Task item: Below are entries. Reproduce exactly the lines between the line holding "Line((860.425, -390.525), (815.975, -390.525))" and the line holding "Line((511.175, -358.775), (555.625, -358.775))", inclusive, and only those.

Source information:
:::::

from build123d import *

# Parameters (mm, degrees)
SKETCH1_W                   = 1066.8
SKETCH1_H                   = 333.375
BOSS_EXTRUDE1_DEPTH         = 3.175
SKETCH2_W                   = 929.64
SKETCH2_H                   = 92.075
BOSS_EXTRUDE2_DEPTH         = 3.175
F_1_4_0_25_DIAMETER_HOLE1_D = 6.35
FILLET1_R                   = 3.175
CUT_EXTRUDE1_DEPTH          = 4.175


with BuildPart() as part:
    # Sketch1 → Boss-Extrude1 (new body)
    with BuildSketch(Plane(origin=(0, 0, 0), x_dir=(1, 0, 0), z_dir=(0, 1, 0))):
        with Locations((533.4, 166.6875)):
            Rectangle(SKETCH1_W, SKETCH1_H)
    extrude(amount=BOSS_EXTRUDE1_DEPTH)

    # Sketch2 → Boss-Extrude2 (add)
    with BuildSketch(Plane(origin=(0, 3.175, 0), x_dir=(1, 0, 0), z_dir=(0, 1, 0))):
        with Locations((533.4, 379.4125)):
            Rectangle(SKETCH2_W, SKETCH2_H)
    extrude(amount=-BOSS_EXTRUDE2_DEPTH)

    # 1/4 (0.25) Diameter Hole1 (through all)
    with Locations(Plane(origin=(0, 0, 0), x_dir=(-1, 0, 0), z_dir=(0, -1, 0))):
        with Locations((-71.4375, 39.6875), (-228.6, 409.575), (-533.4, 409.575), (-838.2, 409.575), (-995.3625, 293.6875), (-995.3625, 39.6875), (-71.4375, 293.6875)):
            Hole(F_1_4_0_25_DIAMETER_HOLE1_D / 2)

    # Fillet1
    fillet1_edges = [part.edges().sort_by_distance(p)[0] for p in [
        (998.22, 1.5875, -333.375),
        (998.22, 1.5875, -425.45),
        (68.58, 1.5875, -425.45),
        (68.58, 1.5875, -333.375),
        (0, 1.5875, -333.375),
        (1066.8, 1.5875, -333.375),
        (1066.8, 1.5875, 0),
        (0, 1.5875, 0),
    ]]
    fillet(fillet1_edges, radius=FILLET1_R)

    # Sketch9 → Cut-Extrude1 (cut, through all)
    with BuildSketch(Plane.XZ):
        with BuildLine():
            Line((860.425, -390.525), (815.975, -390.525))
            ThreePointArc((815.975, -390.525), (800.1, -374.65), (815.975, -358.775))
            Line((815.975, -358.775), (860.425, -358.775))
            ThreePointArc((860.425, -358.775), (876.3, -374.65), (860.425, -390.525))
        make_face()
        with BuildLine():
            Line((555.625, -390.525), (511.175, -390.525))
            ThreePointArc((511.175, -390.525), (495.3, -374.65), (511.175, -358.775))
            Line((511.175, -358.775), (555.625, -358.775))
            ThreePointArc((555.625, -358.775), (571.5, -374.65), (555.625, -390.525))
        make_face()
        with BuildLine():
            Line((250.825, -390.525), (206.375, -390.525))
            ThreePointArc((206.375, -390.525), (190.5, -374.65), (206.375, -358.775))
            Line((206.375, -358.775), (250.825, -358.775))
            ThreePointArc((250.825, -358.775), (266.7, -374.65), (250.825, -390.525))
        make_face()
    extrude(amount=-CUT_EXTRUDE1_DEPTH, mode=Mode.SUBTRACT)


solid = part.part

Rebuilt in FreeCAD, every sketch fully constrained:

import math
import FreeCAD as App
import Part
import Sketcher
Q = App.Units.Quantity


def edges_at(feature, points):
    """Names of the edges that pass closest to the given points."""
    edges = feature.Shape.Edges
    near = lambda p: min(range(len(edges)), key=lambda i: edges[i].distToShape(Part.Vertex(*p))[0])
    return sorted({f"Edge{near(p) + 1}" for p in points})


def add_polygon(sketch, points):
    """Adds a closed chain of lines whose ends are joined by coincident constraints."""
    first, n = sketch.GeometryCount, len(points)
    for a, b in zip(points, points[1:] + points[:1]):
        sketch.addGeometry(Part.LineSegment(App.Vector(*a, 0), App.Vector(*b, 0)), False)
    for i in range(n):
        sketch.addConstraint(Sketcher.Constraint("Coincident", first + i, 2, first + (i + 1) % n, 1))

doc = App.newDocument("Part")
params = doc.addObject("Spreadsheet::Sheet", "Params")
for row, (alias, value) in enumerate([
    ("sketch1_width", "42 in"),
    ("sketch1_height", "13.125 in"),
    ("pad1_length", "0.125 in"),
    ("sketch2_width", "36.6 in"),
    ("sketch2_height", "3.625 in"),
    ("pad2_length", "0.125 in"),
    ("sketch3_diameter", "0.25 in"),
    ("hole_diameter", "0.25 in"),
    ("fillet_radius", "0.125 in"),
    ("sketch4_radius", "0.625 in"),
    ("sketch4_width", "1.75 in"),
], start=1):
    params.set(f"A{row}", alias)
    params.set(f"B{row}", "=" + value)
    params.setAlias(f"B{row}", alias)

body = doc.addObject("PartDesign::Body", "Body")

sketch1 = body.newObject("Sketcher::SketchObject", "Sketch")
sketch1.AttachmentSupport = (doc.getObject("XZ_Plane"), [""])
sketch1.MapMode = "FlatFace"
add_polygon(sketch1, [(0, -333), (0, 0), (1067, 0), (1067, -333)])
sketch1.addConstraint(Sketcher.Constraint("Vertical", 0))
sketch1.addConstraint(Sketcher.Constraint("Horizontal", 1))
sketch1.addConstraint(Sketcher.Constraint("Vertical", 2))
sketch1.addConstraint(Sketcher.Constraint("Horizontal", 3))
sketch1.addConstraint(Sketcher.Constraint("Coincident", 0, 2, -1, 1))
sketch1.addConstraint(Sketcher.Constraint("DistanceX", 1, 1, 1, 2, Q("42 in")))
sketch1.addConstraint(Sketcher.Constraint("DistanceY", 0, 1, 0, 2, Q("13.125 in")))
sketch1.setExpression("Constraints[9]", "Params.sketch1_width")
sketch1.setExpression("Constraints[10]", "Params.sketch1_height")
pad1 = body.newObject("PartDesign::Pad", "Pad")
pad1.Profile = sketch1
pad1.setExpression("Length", "Params.pad1_length")
pad1.Reversed = True

sketch2 = body.newObject("Sketcher::SketchObject", "Sketch001")
sketch2.AttachmentSupport = (doc.getObject("XZ_Plane"), [""])
sketch2.MapMode = "FlatFace"
sketch2.AttachmentOffset = App.Placement(App.Vector(0, 0, -0.125 * 25.4), App.Rotation())
add_polygon(sketch2, [(69, -425), (69, -333), (998, -333), (998, -425)])
sketch2.addConstraint(Sketcher.Constraint("Vertical", 0))
sketch2.addConstraint(Sketcher.Constraint("Horizontal", 1))
sketch2.addConstraint(Sketcher.Constraint("Vertical", 2))
sketch2.addConstraint(Sketcher.Constraint("Horizontal", 3))
sketch2.addConstraint(Sketcher.Constraint("DistanceX", 1, 1, 1, 2, Q("36.6 in")))
sketch2.addConstraint(Sketcher.Constraint("DistanceX", -1, 1, 0, 2, Q("2.7 in")))
sketch2.addConstraint(Sketcher.Constraint("DistanceY", 0, 1, 0, 2, Q("3.625 in")))
sketch2.addConstraint(Sketcher.Constraint("DistanceY", 2, 2, -1, 1, Q("16.75 in")))
sketch2.setExpression("Constraints[8]", "Params.sketch2_width")
sketch2.setExpression("Constraints[10]", "Params.sketch2_height")
pad2 = body.newObject("PartDesign::Pad", "Pad001")
pad2.Profile = sketch2
pad2.setExpression("Length", "Params.pad2_length")

sketch3 = body.newObject("Sketcher::SketchObject", "Sketch002")
sketch3.AttachmentSupport = (doc.getObject("XZ_Plane"), [""])
sketch3.MapMode = "FlatFace"
sketch3.addGeometry(Part.Circle(App.Vector(71.4, -39.7, 0), App.Vector(0, 0, 1), 3.2), False)
sketch3.addGeometry(Part.Circle(App.Vector(228.6, -409.6, 0), App.Vector(0, 0, 1), 3.2), False)
sketch3.addGeometry(Part.Circle(App.Vector(533.4, -409.6, 0), App.Vector(0, 0, 1), 3.2), False)
sketch3.addGeometry(Part.Circle(App.Vector(838.2, -409.6, 0), App.Vector(0, 0, 1), 3.2), False)
sketch3.addGeometry(Part.Circle(App.Vector(995.4, -293.7, 0), App.Vector(0, 0, 1), 3.2), False)
sketch3.addGeometry(Part.Circle(App.Vector(995.4, -39.7, 0), App.Vector(0, 0, 1), 3.2), False)
sketch3.addGeometry(Part.Circle(App.Vector(71.4, -293.7, 0), App.Vector(0, 0, 1), 3.2), False)
sketch3.addConstraint(Sketcher.Constraint("Equal", 0, 1))
sketch3.addConstraint(Sketcher.Constraint("Equal", 1, 2))
sketch3.addConstraint(Sketcher.Constraint("Equal", 2, 3))
sketch3.addConstraint(Sketcher.Constraint("Equal", 3, 4))
sketch3.addConstraint(Sketcher.Constraint("Equal", 4, 5))
sketch3.addConstraint(Sketcher.Constraint("Equal", 5, 6))
sketch3.addConstraint(Sketcher.Constraint("Horizontal", 1, 3, 2, 3))
sketch3.addConstraint(Sketcher.Constraint("Horizontal", 2, 3, 3, 3))
sketch3.addConstraint(Sketcher.Constraint("Horizontal", 0, 3, 5, 3))
sketch3.addConstraint(Sketcher.Constraint("Horizontal", 4, 3, 6, 3))
sketch3.addConstraint(Sketcher.Constraint("Vertical", 4, 3, 5, 3))
sketch3.addConstraint(Sketcher.Constraint("Vertical", 0, 3, 6, 3))
sketch3.addConstraint(Sketcher.Constraint("Diameter", 0, Q("0.25 in")))
sketch3.addConstraint(Sketcher.Constraint("DistanceX", -1, 1, 1, 3, Q("9 in")))
sketch3.addConstraint(Sketcher.Constraint("DistanceX", -1, 1, 2, 3, Q("21 in")))
sketch3.addConstraint(Sketcher.Constraint("DistanceX", -1, 1, 3, 3, Q("33 in")))
sketch3.addConstraint(Sketcher.Constraint("DistanceY", 4, 3, 0, 3, Q("10 in")))
sketch3.addConstraint(Sketcher.Constraint("DistanceX", -1, 1, 0, 3, Q("2.8125 in")))
sketch3.addConstraint(Sketcher.Constraint("DistanceY", 0, 3, -1, 1, Q("1.5625 in")))
sketch3.addConstraint(Sketcher.Constraint("DistanceY", 1, 3, -1, 1, Q("16.125 in")))
sketch3.addConstraint(Sketcher.Constraint("DistanceX", -1, 1, 4, 3, Q("39.1875 in")))
sketch3.setExpression("Constraints[12]", "Params.sketch3_diameter")
doc.recompute()
hole = body.newObject("PartDesign::Hole", "Hole")
hole.Profile = sketch3
hole.ThreadType = "None"
hole.setExpression("Diameter", "Params.hole_diameter")
hole.DepthType = "ThroughAll"
doc.recompute()

fillet = body.newObject("PartDesign::Fillet", "Fillet")
fillet.Base = (hole, edges_at(hole, [
    (998.22, 1.587, -333.375),
    (998.22, 1.587, -425.45),
    (68.58, 1.587, -425.45),
    (68.58, 1.587, -333.375),
    (0, 1.587, -333.375),
    (1066.8, 1.587, -333.375),
    (1066.8, 1.587, 0),
    (0, 1.587, 0),
]))
fillet.setExpression("Radius", "Params.fillet_radius")

sketch4 = body.newObject("Sketcher::SketchObject", "Sketch003")
sketch4.AttachmentSupport = (doc.getObject("XZ_Plane"), [""])
sketch4.MapMode = "FlatFace"
sketch4.addGeometry(Part.LineSegment(App.Vector(816, -391, 0), App.Vector(860, -391, 0)), False)
sketch4.addGeometry(Part.ArcOfCircle(Part.Circle(App.Vector(860, -375, 0), App.Vector(0, 0, 1), 16), math.radians(-90), math.radians(90)), False)
sketch4.addGeometry(Part.LineSegment(App.Vector(860, -359, 0), App.Vector(816, -359, 0)), False)
sketch4.addGeometry(Part.ArcOfCircle(Part.Circle(App.Vector(816, -375, 0), App.Vector(0, 0, 1), 16), math.radians(90), math.radians(270)), False)
sketch4.addGeometry(Part.LineSegment(App.Vector(511, -391, 0), App.Vector(556, -391, 0)), False)
sketch4.addGeometry(Part.ArcOfCircle(Part.Circle(App.Vector(556, -375, 0), App.Vector(0, 0, 1), 16), math.radians(-90), math.radians(90)), False)
sketch4.addGeometry(Part.LineSegment(App.Vector(556, -359, 0), App.Vector(511, -359, 0)), False)
sketch4.addGeometry(Part.ArcOfCircle(Part.Circle(App.Vector(511, -375, 0), App.Vector(0, 0, 1), 16), math.radians(90), math.radians(270)), False)
sketch4.addGeometry(Part.LineSegment(App.Vector(206, -391, 0), App.Vector(251, -391, 0)), False)
sketch4.addGeometry(Part.ArcOfCircle(Part.Circle(App.Vector(251, -375, 0), App.Vector(0, 0, 1), 16), math.radians(-90), math.radians(90)), False)
sketch4.addGeometry(Part.LineSegment(App.Vector(251, -359, 0), App.Vector(206, -359, 0)), False)
sketch4.addGeometry(Part.ArcOfCircle(Part.Circle(App.Vector(206, -375, 0), App.Vector(0, 0, 1), 16), math.radians(90), math.radians(270)), False)
sketch4.addConstraint(Sketcher.Constraint("Tangent", 0, 2, 1, 1))
sketch4.addConstraint(Sketcher.Constraint("Tangent", 1, 2, 2, 1))
sketch4.addConstraint(Sketcher.Constraint("Tangent", 2, 2, 3, 1))
sketch4.addConstraint(Sketcher.Constraint("Tangent", 3, 2, 0, 1))
sketch4.addConstraint(Sketcher.Constraint("Tangent", 4, 2, 5, 1))
sketch4.addConstraint(Sketcher.Constraint("Tangent", 5, 2, 6, 1))
sketch4.addConstraint(Sketcher.Constraint("Tangent", 6, 2, 7, 1))
sketch4.addConstraint(Sketcher.Constraint("Tangent", 7, 2, 4, 1))
sketch4.addConstraint(Sketcher.Constraint("Tangent", 8, 2, 9, 1))
sketch4.addConstraint(Sketcher.Constraint("Tangent", 9, 2, 10, 1))
sketch4.addConstraint(Sketcher.Constraint("Tangent", 10, 2, 11, 1))
sketch4.addConstraint(Sketcher.Constraint("Tangent", 11, 2, 8, 1))
sketch4.addConstraint(Sketcher.Constraint("Horizontal", 0))
sketch4.addConstraint(Sketcher.Constraint("Horizontal", 2))
sketch4.addConstraint(Sketcher.Constraint("Horizontal", 4))
sketch4.addConstraint(Sketcher.Constraint("Horizontal", 6))
sketch4.addConstraint(Sketcher.Constraint("Horizontal", 8))
sketch4.addConstraint(Sketcher.Constraint("Horizontal", 10))
sketch4.addConstraint(Sketcher.Constraint("Equal", 3, 5))
sketch4.addConstraint(Sketcher.Constraint("Equal", 7, 9))
sketch4.addConstraint(Sketcher.Constraint("Horizontal", 3, 3, 5, 3))
sketch4.addConstraint(Sketcher.Constraint("Horizontal", 7, 3, 9, 3))
sketch4.addConstraint(Sketcher.Constraint("Equal", 2, 4))
sketch4.addConstraint(Sketcher.Constraint("Equal", 6, 8))
sketch4.addConstraint(Sketcher.Constraint("Radius", 1, Q("0.625 in")))
sketch4.addConstraint(Sketcher.Constraint("DistanceX", 5, 3, 1, 3, Q("12 in")))
sketch4.addConstraint(Sketcher.Constraint("DistanceX", 9, 3, 5, 3, Q("12 in")))
sketch4.addConstraint(Sketcher.Constraint("DistanceX", 0, 1, 0, 2, Q("1.75 in")))
sketch4.addConstraint(Sketcher.Constraint("DistanceY", 1, 3, -1, 1, Q("14.75 in")))
sketch4.addConstraint(Sketcher.Constraint("DistanceX", -1, 1, 1, 3, Q("33.875 in")))
sketch4.setExpression("Constraints[24]", "Params.sketch4_radius")
sketch4.setExpression("Constraints[27]", "Params.sketch4_width")
pocket1 = body.newObject("PartDesign::Pocket", "Pocket")
pocket1.Profile = sketch4
pocket1.Type = "ThroughAll"

doc.recompute()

:::::

Answer for this exercise:
            Line((860.425, -390.525), (815.975, -390.525))
            ThreePointArc((815.975, -390.525), (800.1, -374.65), (815.975, -358.775))
            Line((815.975, -358.775), (860.425, -358.775))
            ThreePointArc((860.425, -358.775), (876.3, -374.65), (860.425, -390.525))
        make_face()
        with BuildLine():
            Line((555.625, -390.525), (511.175, -390.525))
            ThreePointArc((511.175, -390.525), (495.3, -374.65), (511.175, -358.775))
            Line((511.175, -358.775), (555.625, -358.775))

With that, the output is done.